The main reason for the creation of the primary timing variables in ADaM is the need for analyzing study results using different time divisions than what has been collected or modeled in SDTM using EPOCH. For example, the SAP may define visit or time division windowing in order to guarantee that observations collected at a similar time interval from the start of the summary are summarized together, regardless of the CRF page on which they were recorded. Additionally, analysis time divisions may view the study epochs differently than how the data was collected. ADaM timing variables should reflect the analysis requirements, and not simply copy values from SDTM epochs or visits.

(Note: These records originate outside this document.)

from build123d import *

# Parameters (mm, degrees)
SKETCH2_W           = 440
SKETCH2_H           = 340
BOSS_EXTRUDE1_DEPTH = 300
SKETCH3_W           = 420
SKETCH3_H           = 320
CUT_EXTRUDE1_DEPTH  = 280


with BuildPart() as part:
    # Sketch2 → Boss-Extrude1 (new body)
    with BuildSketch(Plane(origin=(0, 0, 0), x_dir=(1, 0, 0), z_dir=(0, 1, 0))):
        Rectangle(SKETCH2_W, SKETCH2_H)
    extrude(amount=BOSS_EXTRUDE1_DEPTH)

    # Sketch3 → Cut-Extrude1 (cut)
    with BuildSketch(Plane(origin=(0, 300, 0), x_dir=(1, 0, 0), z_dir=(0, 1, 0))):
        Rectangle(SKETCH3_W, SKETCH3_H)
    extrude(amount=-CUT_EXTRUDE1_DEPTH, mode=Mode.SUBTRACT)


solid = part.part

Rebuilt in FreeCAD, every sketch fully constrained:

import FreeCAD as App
import Part
import Sketcher
from FreeCAD import Vector
Q = App.Units.Quantity

doc = App.newDocument("Part")
body = doc.addObject("PartDesign::Body", "Body")

# Sketch on XZ plane
sketch1 = doc.addObject("Sketcher::SketchObject", "Sketch")
body.addObject(sketch1)
sketch1.AttachmentSupport = (doc.XZ_Plane, [""])
sketch1.MapMode = "FlatFace"
sketch1.addGeometry([
    Part.LineSegment(Vector(-220, -170, 0), Vector(-220, 170, 0)),
    Part.LineSegment(Vector(-220, 170, 0), Vector(220, 170, 0)),
    Part.LineSegment(Vector(220, 170, 0), Vector(220, -170, 0)),
    Part.LineSegment(Vector(220, -170, 0), Vector(-220, -170, 0)),
], False)
sketch1.addConstraint([
    Sketcher.Constraint("Coincident", 0, 2, 1, 1),
    Sketcher.Constraint("Coincident", 1, 2, 2, 1),
    Sketcher.Constraint("Coincident", 2, 2, 3, 1),
    Sketcher.Constraint("Coincident", 3, 2, 0, 1),
    Sketcher.Constraint("Vertical", 0),
    Sketcher.Constraint("Horizontal", 1),
    Sketcher.Constraint("Vertical", 2),
    Sketcher.Constraint("Horizontal", 3),
    Sketcher.Constraint("Symmetric", 0, 2, 2, 2, -1, 1),
    Sketcher.Constraint("DistanceX", 1, 1, 1, 2, Q("440 mm")),
    Sketcher.Constraint("DistanceY", 0, 1, 0, 2, Q("340 mm")),
])
pad1 = doc.addObject("PartDesign::Pad", "Pad")
body.addObject(pad1)
pad1.Profile = sketch1
pad1.Length = 300
pad1.Reversed = True

# Sketch on XZ plane
sketch2 = doc.addObject("Sketcher::SketchObject", "Sketch001")
body.addObject(sketch2)
sketch2.AttachmentSupport = (doc.XZ_Plane, [""])
sketch2.MapMode = "FlatFace"
sketch2.AttachmentOffset = App.Placement(Vector(0, 0, -300), App.Rotation())
sketch2.addGeometry([
    Part.LineSegment(Vector(-210, -160, 0), Vector(-210, 160, 0)),
    Part.LineSegment(Vector(-210, 160, 0), Vector(210, 160, 0)),
    Part.LineSegment(Vector(210, 160, 0), Vector(210, -160, 0)),
    Part.LineSegment(Vector(210, -160, 0), Vector(-210, -160, 0)),
], False)
sketch2.addConstraint([
    Sketcher.Constraint("Coincident", 0, 2, 1, 1),
    Sketcher.Constraint("Coincident", 1, 2, 2, 1),
    Sketcher.Constraint("Coincident", 2, 2, 3, 1),
    Sketcher.Constraint("Coincident", 3, 2, 0, 1),
    Sketcher.Constraint("Vertical", 0),
    Sketcher.Constraint("Horizontal", 1),
    Sketcher.Constraint("Vertical", 2),
    Sketcher.Constraint("Horizontal", 3),
    Sketcher.Constraint("Symmetric", 0, 2, 2, 2, -1, 1),
    Sketcher.Constraint("DistanceX", 1, 1, 1, 2, Q("420 mm")),
    Sketcher.Constraint("DistanceY", 0, 1, 0, 2, Q("320 mm")),
])
pocket1 = doc.addObject("PartDesign::Pocket", "Pocket")
body.addObject(pocket1)
pocket1.Profile = sketch2
pocket1.Length = 280
pocket1.Reversed = True

doc.recompute()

What is ADAMIG in clinical trials?
The CDISC Analysis Data Model Implementation Guide (ADaMIG) provides several timing variables for modeling clinical trial designs in analysis datasets. APHASE, APERIOD and ASPER can be used in conjunction with related treatment variables to meet a variety of analysis requirements, from single-period parallel studies to much more complicated situations involving multiple treatment periods and even different studies. The goal of this paper is to illustrate how some of these study designs may be handled in ADaM, and provide guidelines for selecting when to use the different timing variables that are available.

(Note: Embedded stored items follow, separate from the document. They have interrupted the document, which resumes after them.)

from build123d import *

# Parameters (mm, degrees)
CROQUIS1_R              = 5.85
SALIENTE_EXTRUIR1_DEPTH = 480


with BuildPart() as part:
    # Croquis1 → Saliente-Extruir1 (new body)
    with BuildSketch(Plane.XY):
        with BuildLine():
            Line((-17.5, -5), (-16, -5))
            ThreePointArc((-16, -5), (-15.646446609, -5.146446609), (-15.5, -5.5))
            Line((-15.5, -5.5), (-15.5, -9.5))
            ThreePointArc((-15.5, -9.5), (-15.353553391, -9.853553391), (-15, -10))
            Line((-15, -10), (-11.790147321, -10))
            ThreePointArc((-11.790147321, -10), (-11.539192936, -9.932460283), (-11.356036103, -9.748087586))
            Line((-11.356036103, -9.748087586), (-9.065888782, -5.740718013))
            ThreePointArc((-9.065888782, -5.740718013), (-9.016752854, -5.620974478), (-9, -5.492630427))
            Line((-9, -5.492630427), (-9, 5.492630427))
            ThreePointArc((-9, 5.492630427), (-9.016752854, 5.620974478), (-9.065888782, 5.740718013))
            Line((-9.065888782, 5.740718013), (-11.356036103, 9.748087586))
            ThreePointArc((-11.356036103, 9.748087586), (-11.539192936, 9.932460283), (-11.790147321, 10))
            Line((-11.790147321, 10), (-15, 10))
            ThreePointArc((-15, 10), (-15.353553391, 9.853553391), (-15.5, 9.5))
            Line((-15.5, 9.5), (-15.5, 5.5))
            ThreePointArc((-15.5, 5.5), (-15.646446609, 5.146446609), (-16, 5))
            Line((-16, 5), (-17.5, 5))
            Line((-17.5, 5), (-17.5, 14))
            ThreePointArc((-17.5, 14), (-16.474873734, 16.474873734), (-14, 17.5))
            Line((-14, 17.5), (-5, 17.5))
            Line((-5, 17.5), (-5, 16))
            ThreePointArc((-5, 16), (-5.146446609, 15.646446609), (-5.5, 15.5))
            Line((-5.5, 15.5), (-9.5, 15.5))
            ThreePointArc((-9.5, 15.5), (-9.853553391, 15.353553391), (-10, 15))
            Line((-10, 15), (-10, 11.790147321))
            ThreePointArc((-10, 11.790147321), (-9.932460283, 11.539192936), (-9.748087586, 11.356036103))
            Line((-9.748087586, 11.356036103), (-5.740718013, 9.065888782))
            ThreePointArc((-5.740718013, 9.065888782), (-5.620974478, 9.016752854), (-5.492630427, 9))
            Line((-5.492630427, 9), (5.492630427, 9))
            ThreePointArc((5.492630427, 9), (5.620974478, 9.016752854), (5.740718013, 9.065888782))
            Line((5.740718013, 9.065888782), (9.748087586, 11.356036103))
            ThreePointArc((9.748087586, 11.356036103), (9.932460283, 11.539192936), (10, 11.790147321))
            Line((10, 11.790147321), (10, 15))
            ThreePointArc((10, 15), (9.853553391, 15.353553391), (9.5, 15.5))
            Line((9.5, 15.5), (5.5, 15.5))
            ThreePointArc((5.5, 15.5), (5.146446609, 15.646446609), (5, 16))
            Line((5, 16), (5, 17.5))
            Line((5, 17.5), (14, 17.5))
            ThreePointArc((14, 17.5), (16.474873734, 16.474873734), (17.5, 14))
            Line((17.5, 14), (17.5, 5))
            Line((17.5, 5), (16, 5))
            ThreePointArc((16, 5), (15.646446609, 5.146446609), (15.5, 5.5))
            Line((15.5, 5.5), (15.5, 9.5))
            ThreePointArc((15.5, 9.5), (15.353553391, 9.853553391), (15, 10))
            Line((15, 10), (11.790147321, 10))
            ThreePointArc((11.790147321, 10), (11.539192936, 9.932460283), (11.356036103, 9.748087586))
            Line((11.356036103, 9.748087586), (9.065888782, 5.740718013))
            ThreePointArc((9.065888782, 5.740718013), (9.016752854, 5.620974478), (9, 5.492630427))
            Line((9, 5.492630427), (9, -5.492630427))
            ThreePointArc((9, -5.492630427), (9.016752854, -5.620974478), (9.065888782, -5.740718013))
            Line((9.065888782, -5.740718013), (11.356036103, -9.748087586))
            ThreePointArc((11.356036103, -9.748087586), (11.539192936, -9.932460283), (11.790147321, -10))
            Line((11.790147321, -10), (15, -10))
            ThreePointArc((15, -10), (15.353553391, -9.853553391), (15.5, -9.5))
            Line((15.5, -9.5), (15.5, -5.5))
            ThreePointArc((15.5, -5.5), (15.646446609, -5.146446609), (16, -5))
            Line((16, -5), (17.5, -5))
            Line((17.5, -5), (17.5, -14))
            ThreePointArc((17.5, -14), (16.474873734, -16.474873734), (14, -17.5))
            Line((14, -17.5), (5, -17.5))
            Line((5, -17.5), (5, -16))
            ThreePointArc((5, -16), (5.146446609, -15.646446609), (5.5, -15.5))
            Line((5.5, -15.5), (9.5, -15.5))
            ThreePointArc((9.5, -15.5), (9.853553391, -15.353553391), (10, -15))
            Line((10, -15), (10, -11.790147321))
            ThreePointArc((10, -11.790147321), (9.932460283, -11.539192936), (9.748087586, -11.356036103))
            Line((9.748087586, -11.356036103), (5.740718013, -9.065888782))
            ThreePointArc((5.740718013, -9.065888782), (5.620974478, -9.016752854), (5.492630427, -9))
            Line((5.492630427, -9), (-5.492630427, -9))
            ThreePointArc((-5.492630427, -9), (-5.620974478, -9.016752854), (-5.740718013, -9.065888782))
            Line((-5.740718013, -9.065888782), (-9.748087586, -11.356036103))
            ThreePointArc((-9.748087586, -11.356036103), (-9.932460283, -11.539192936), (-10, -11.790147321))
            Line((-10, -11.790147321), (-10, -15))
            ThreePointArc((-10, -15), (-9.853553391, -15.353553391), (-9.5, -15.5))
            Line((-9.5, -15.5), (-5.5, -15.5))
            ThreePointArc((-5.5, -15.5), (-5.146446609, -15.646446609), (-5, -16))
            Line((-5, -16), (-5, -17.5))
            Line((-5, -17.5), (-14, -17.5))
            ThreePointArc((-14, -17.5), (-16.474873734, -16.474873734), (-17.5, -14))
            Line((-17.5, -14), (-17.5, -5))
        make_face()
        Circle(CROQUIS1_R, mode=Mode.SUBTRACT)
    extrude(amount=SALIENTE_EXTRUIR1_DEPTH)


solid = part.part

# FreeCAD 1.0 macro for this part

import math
import FreeCAD as App
import Part
import Sketcher

V = App.Vector
Q = App.Units.Quantity

doc = App.newDocument("Part")
body = doc.addObject("PartDesign::Body", "Body")

# Sketch on XY plane
sketch1 = doc.addObject("Sketcher::SketchObject", "Sketch")
body.addObject(sketch1)
sketch1.AttachmentSupport = (doc.XY_Plane, [""])
sketch1.MapMode = "FlatFace"
sketch1.addGeometry([
    Part.LineSegment(V(-16, -5, 0), V(-17.5, -5, 0)),  # 0
    Part.LineSegment(V(-17.5, -5, 0), V(-17.5, -14, 0)),  # 1
    Part.ArcOfCircle(Part.Circle(V(-14, -14, 0), V(0, 0, 1), 3.5), math.radians(-180), math.radians(-90)),  # 2
    Part.LineSegment(V(-14, -17.5, 0), V(-5, -17.5, 0)),  # 3
    Part.LineSegment(V(-5, -17.5, 0), V(-5, -16, 0)),  # 4
    Part.ArcOfCircle(Part.Circle(V(-5.5, -16, 0), V(0, 0, 1), 0.5), math.radians(0), math.radians(90)),  # 5
    Part.LineSegment(V(-5.5, -15.5, 0), V(-9.5, -15.5, 0)),  # 6
    Part.ArcOfCircle(Part.Circle(V(-9.5, -15, 0), V(0, 0, 1), 0.5), math.radians(180), math.radians(270)),  # 7
    Part.LineSegment(V(-10, -15, 0), V(-10, -11.79, 0)),  # 8
    Part.ArcOfCircle(Part.Circle(V(-9.5, -11.79, 0), V(0, 0, 1), 0.5), math.radians(120), math.radians(180)),  # 9
    Part.LineSegment(V(-9.75, -11.36, 0), V(-5.74, -9.07, 0)),  # 10
    Part.ArcOfCircle(Part.Circle(V(-5.49, -9.5, 0), V(0, 0, 1), 0.5), math.radians(90), math.radians(120)),  # 11
    Part.LineSegment(V(-5.49, -9, 0), V(5.49, -9, 0)),  # 12
    Part.ArcOfCircle(Part.Circle(V(5.49, -9.5, 0), V(0, 0, 1), 0.5), math.radians(60), math.radians(90)),  # 13
    Part.LineSegment(V(5.74, -9.07, 0), V(9.75, -11.36, 0)),  # 14
    Part.ArcOfCircle(Part.Circle(V(9.5, -11.79, 0), V(0, 0, 1), 0.5), math.radians(0), math.radians(60)),  # 15
    Part.LineSegment(V(10, -11.79, 0), V(10, -15, 0)),  # 16
    Part.ArcOfCircle(Part.Circle(V(9.5, -15, 0), V(0, 0, 1), 0.5), math.radians(-90), math.radians(0)),  # 17
    Part.LineSegment(V(9.5, -15.5, 0), V(5.5, -15.5, 0)),  # 18
    Part.ArcOfCircle(Part.Circle(V(5.5, -16, 0), V(0, 0, 1), 0.5), math.radians(90), math.radians(180)),  # 19
    Part.LineSegment(V(5, -16, 0), V(5, -17.5, 0)),  # 20
    Part.LineSegment(V(5, -17.5, 0), V(14, -17.5, 0)),  # 21
    Part.ArcOfCircle(Part.Circle(V(14, -14, 0), V(0, 0, 1), 3.5), math.radians(-90), math.radians(0)),  # 22
    Part.LineSegment(V(17.5, -14, 0), V(17.5, -5, 0)),  # 23
    Part.LineSegment(V(17.5, -5, 0), V(16, -5, 0)),  # 24
    Part.ArcOfCircle(Part.Circle(V(16, -5.5, 0), V(0, 0, 1), 0.5), math.radians(90), math.radians(180)),  # 25
    Part.LineSegment(V(15.5, -5.5, 0), V(15.5, -9.5, 0)),  # 26
    Part.ArcOfCircle(Part.Circle(V(15, -9.5, 0), V(0, 0, 1), 0.5), math.radians(-90), math.radians(0)),  # 27
    Part.LineSegment(V(15, -10, 0), V(11.79, -10, 0)),  # 28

What is phase 1 in clinical trials?
Phase 1: Includes initial studies to determine the metabolism and pharmacologic actions of drugs in humans, the side effects associated with increasing doses, and to gain early evidence of effectiveness; may include healthy participants and/or patients. Phase 1/Phase 2: Trials that are a combination of phases 1 and 2.
What is FDA oversight?
FDA-regulated Drug Product *§ ( Optional for Observational Studies ) Definition: Indication that a clinical study is studying a drug product (including a biological product) subject to section 505 of the Federal Food, Drug, and Cosmetic Act or to section 351 of the Public Health Service Act.
What is the definition of clinical trial?

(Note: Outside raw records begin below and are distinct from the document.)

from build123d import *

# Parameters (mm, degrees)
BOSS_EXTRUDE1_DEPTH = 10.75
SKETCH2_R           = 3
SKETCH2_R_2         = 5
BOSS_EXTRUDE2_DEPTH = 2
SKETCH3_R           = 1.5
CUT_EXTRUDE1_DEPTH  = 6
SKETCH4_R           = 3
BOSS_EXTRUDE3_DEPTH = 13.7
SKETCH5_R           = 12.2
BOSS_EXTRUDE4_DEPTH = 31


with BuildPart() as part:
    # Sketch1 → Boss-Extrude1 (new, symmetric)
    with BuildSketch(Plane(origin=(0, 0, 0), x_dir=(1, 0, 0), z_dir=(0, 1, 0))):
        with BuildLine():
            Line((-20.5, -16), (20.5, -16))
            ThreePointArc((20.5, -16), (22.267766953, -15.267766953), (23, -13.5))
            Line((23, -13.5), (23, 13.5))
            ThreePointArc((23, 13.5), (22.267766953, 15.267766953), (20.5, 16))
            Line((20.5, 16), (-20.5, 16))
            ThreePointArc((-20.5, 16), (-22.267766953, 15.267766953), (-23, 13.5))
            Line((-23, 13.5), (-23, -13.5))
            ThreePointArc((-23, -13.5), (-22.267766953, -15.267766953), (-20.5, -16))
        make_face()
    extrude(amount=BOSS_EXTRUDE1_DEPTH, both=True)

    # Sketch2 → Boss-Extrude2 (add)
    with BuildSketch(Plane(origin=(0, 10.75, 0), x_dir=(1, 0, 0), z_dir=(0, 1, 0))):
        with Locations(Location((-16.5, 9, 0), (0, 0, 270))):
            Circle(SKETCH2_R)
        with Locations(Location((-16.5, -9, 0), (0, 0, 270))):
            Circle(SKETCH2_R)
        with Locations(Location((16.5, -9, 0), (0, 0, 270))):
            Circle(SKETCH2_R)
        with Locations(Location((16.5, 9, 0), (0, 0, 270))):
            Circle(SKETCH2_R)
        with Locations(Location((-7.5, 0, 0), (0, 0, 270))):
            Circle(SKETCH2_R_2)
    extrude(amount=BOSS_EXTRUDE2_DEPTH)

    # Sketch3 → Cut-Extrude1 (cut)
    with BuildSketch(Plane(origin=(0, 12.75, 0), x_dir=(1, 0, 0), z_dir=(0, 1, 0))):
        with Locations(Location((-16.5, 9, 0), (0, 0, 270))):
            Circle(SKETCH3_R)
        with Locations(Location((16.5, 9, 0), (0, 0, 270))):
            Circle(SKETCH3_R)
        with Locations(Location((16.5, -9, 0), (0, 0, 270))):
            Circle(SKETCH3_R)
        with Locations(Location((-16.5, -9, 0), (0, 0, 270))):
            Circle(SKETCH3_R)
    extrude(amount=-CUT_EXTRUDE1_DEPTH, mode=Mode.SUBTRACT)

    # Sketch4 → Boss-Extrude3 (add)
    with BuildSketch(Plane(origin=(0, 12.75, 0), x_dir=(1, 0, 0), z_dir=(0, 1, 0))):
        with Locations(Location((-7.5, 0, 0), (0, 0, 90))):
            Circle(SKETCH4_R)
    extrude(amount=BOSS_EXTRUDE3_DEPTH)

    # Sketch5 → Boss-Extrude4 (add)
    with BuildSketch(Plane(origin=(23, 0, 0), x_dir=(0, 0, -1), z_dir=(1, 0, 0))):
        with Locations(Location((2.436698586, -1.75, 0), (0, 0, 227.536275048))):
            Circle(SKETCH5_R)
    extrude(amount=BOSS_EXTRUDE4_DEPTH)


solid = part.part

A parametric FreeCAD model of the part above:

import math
import FreeCAD as App
import Part
import Sketcher

V = App.Vector

doc = App.newDocument("Part")
body = doc.addObject("PartDesign::Body", "Body")

sketch1 = body.newObject("Sketcher::SketchObject", "Sketch")
sketch1.AttachmentSupport = (doc.getObject("XZ_Plane"), [""])
sketch1.MapMode = "FlatFace"
sketch1.addGeometry([
    Part.LineSegment(V(-20.5, 16, 0), V(20.5, 16, 0)),
    Part.ArcOfCircle(Part.Circle(V(20.5, 13.5, 0), V(0, 0, 1), 2.5), math.radians(0), math.radians(90)),
    Part.LineSegment(V(23, 13.5, 0), V(23, -13.5, 0)),
    Part.ArcOfCircle(Part.Circle(V(20.5, -13.5, 0), V(0, 0, 1), 2.5), math.radians(-90), math.radians(0)),
    Part.LineSegment(V(20.5, -16, 0), V(-20.5, -16, 0)),
    Part.ArcOfCircle(Part.Circle(V(-20.5, -13.5, 0), V(0, 0, 1), 2.5), math.radians(180), math.radians(270)),
    Part.LineSegment(V(-23, -13.5, 0), V(-23, 13.5, 0)),
    Part.ArcOfCircle(Part.Circle(V(-20.5, 13.5, 0), V(0, 0, 1), 2.5), math.radians(90), math.radians(180)),
], False)
sketch1.addConstraint([
    Sketcher.Constraint("Tangent", 0, 2, 1, 2),
    Sketcher.Constraint("Tangent", 1, 1, 2, 1),
    Sketcher.Constraint("Tangent", 2, 2, 3, 2),
    Sketcher.Constraint("Tangent", 3, 1, 4, 1),
    Sketcher.Constraint("Tangent", 4, 2, 5, 2),
    Sketcher.Constraint("Tangent", 5, 1, 6, 1),
    Sketcher.Constraint("Tangent", 6, 2, 7, 2),
    Sketcher.Constraint("Tangent", 7, 1, 0, 1),
    Sketcher.Constraint("Horizontal", 0),
    Sketcher.Constraint("Vertical", 2),
    Sketcher.Constraint("Horizontal", 4),
    Sketcher.Constraint("Vertical", 6),
    Sketcher.Constraint("Equal", 1, 3),
    Sketcher.Constraint("Equal", 3, 5),
    Sketcher.Constraint("Equal", 5, 7),
    Sketcher.Constraint("Symmetric", 1, 3, 5, 3, -1, 1),
    Sketcher.Constraint("Radius", 1, 2.5),
    Sketcher.Constraint("DistanceX", 0, 1, 0, 2, 41.0),
    Sketcher.Constraint("DistanceY", 2, 2, 2, 1, 27.0),
])
pad1 = body.newObject("PartDesign::Pad", "Pad")
pad1.Profile = sketch1
pad1.Length = 21.5
pad1.Midplane = True

sketch2 = body.newObject("Sketcher::SketchObject", "Sketch001")
sketch2.AttachmentSupport = (doc.getObject("XZ_Plane"), [""])
sketch2.MapMode = "FlatFace"
sketch2.AttachmentOffset = App.Placement(V(0, 0, -10.75), App.Rotation())
sketch2.addGeometry([
    Part.Circle(V(-16.5, -9, 0), V(0, 0, 1), 3),
    Part.Circle(V(-16.5, 9, 0), V(0, 0, 1), 3),
    Part.Circle(V(16.5, 9, 0), V(0, 0, 1), 3),
    Part.Circle(V(16.5, -9, 0), V(0, 0, 1), 3),
    Part.Circle(V(-7.5, 0, 0), V(0, 0, 1), 5),
], False)
sketch2.addConstraint([
    Sketcher.Constraint("Equal", 0, 1),
    Sketcher.Constraint("Equal", 1, 2),
    Sketcher.Constraint("Equal", 2, 3),
    Sketcher.Constraint("Symmetric", 0, 3, 2, 3, -1, 1),
    Sketcher.Constraint("Symmetric", 1, 3, 3, 3, -1, 1),
    Sketcher.Constraint("Symmetric", 1, 3, 2, 3, -2),
    Sketcher.Constraint("PointOnObject", 4, 3, -1),
    Sketcher.Constraint("Diameter", 0, 6.0),
    Sketcher.Constraint("Diameter", 4, 10.0),
    Sketcher.Constraint("DistanceY", 0, 3, -1, 1, 9.0),
    Sketcher.Constraint("DistanceX", 1, 3, 2, 3, 33.0),
    Sketcher.Constraint("DistanceX", 0, 3, 4, 3, 9.0),
])
pad2 = body.newObject("PartDesign::Pad", "Pad001")
pad2.Profile = sketch2
pad2.Length = 2
pad2.Reversed = True

sketch3 = body.newObject("Sketcher::SketchObject", "Sketch002")
sketch3.AttachmentSupport = (doc.getObject("XZ_Plane"), [""])
sketch3.MapMode = "FlatFace"
sketch3.AttachmentOffset = App.Placement(V(0, 0, -12.75), App.Rotation())
sketch3.addGeometry([
    Part.Circle(V(-16.5, -9, 0), V(0, 0, 1), 1.5),
    Part.Circle(V(16.5, -9, 0), V(0, 0, 1), 1.5),
    Part.Circle(V(16.5, 9, 0), V(0, 0, 1), 1.5),
    Part.Circle(V(-16.5, 9, 0), V(0, 0, 1), 1.5),
], False)
sketch3.addConstraint([
    Sketcher.Constraint("Equal", 0, 1),
    Sketcher.Constraint("Equal", 1, 2),
    Sketcher.Constraint("Equal", 2, 3),
    Sketcher.Constraint("Symmetric", 0, 3, 2, 3, -1, 1),
    Sketcher.Constraint("Symmetric", 1, 3, 3, 3, -1, 1),
    Sketcher.Constraint("Symmetric", 0, 3, 1, 3, -2),
    Sketcher.Constraint("Diameter", 0, 3.0),
    Sketcher.Constraint("DistanceY", 0, 3, -1, 1, 9.0),
    Sketcher.Constraint("DistanceX", 0, 3, 1, 3, 33.0),
])
pocket1 = body.newObject("PartDesign::Pocket", "Pocket")
pocket1.Profile = sketch3
pocket1.Length = 6
pocket1.Reversed = True

sketch4 = body.newObject("Sketcher::SketchObject", "Sketch003")
sketch4.AttachmentSupport = (doc.getObject("XZ_Plane"), [""])
sketch4.MapMode = "FlatFace"
sketch4.AttachmentOffset = App.Placement(V(0, 0, -12.75), App.Rotation())
sketch4.addGeometry(Part.Circle(V(-7.5, 0, 0), V(0, 0, 1), 3), False)
sketch4.addConstraint([
    Sketcher.Constraint("PointOnObject", 0, 3, -1),
    Sketcher.Constraint("Diameter", 0, 6.0),
    Sketcher.Constraint("DistanceX", 0, 3, -1, 1, 7.5),
])
pad3 = body.newObject("PartDesign::Pad", "Pad002")
pad3.Profile = sketch4
pad3.Length = 13.7
pad3.Reversed = True

sketch5 = body.newObject("Sketcher::SketchObject", "Sketch004")
sketch5.AttachmentSupport = (doc.getObject("YZ_Plane"), [""])
sketch5.MapMode = "FlatFace"
sketch5.AttachmentOffset = App.Placement(V(0, 0, 23), App.Rotation())
sketch5.addGeometry(Part.Circle(V(-2, -2, 0), V(0, 0, 1), 12), False)
sketch5.addConstraint([
    Sketcher.Constraint("Diameter", 0, 24.4),
    Sketcher.Constraint("DistanceX", 0, 3, -1, 1, 1.75),
    Sketcher.Constraint("DistanceY", 0, 3, -1, 1, 2.436699),
])
pad4 = body.newObject("PartDesign::Pad", "Pad003")
pad4.Profile = sketch5
pad4.Length = 31

doc.recompute()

Definition: For a clinical trial of a drug product (including a biological product), the numerical phase of such clinical trial, consistent with terminology in 21 CFR 312.21 and in 21 CFR 312.85 for phase 4 studies. Select only one.
What is the record verification date?
Record Verification Date *#N#Definition: The date on which the responsible party last verified the clinical study information in the entire ClinicalTrials.gov record for the clinical study, even if no additional or updated information is being submitted.
What is a clinical study title?
Definition: A short title of the clinical study written in language intended for the lay public. The title should include, where possible, information on the participants, condition being evaluated, and intervention (s) studied. Limit: 300 characters.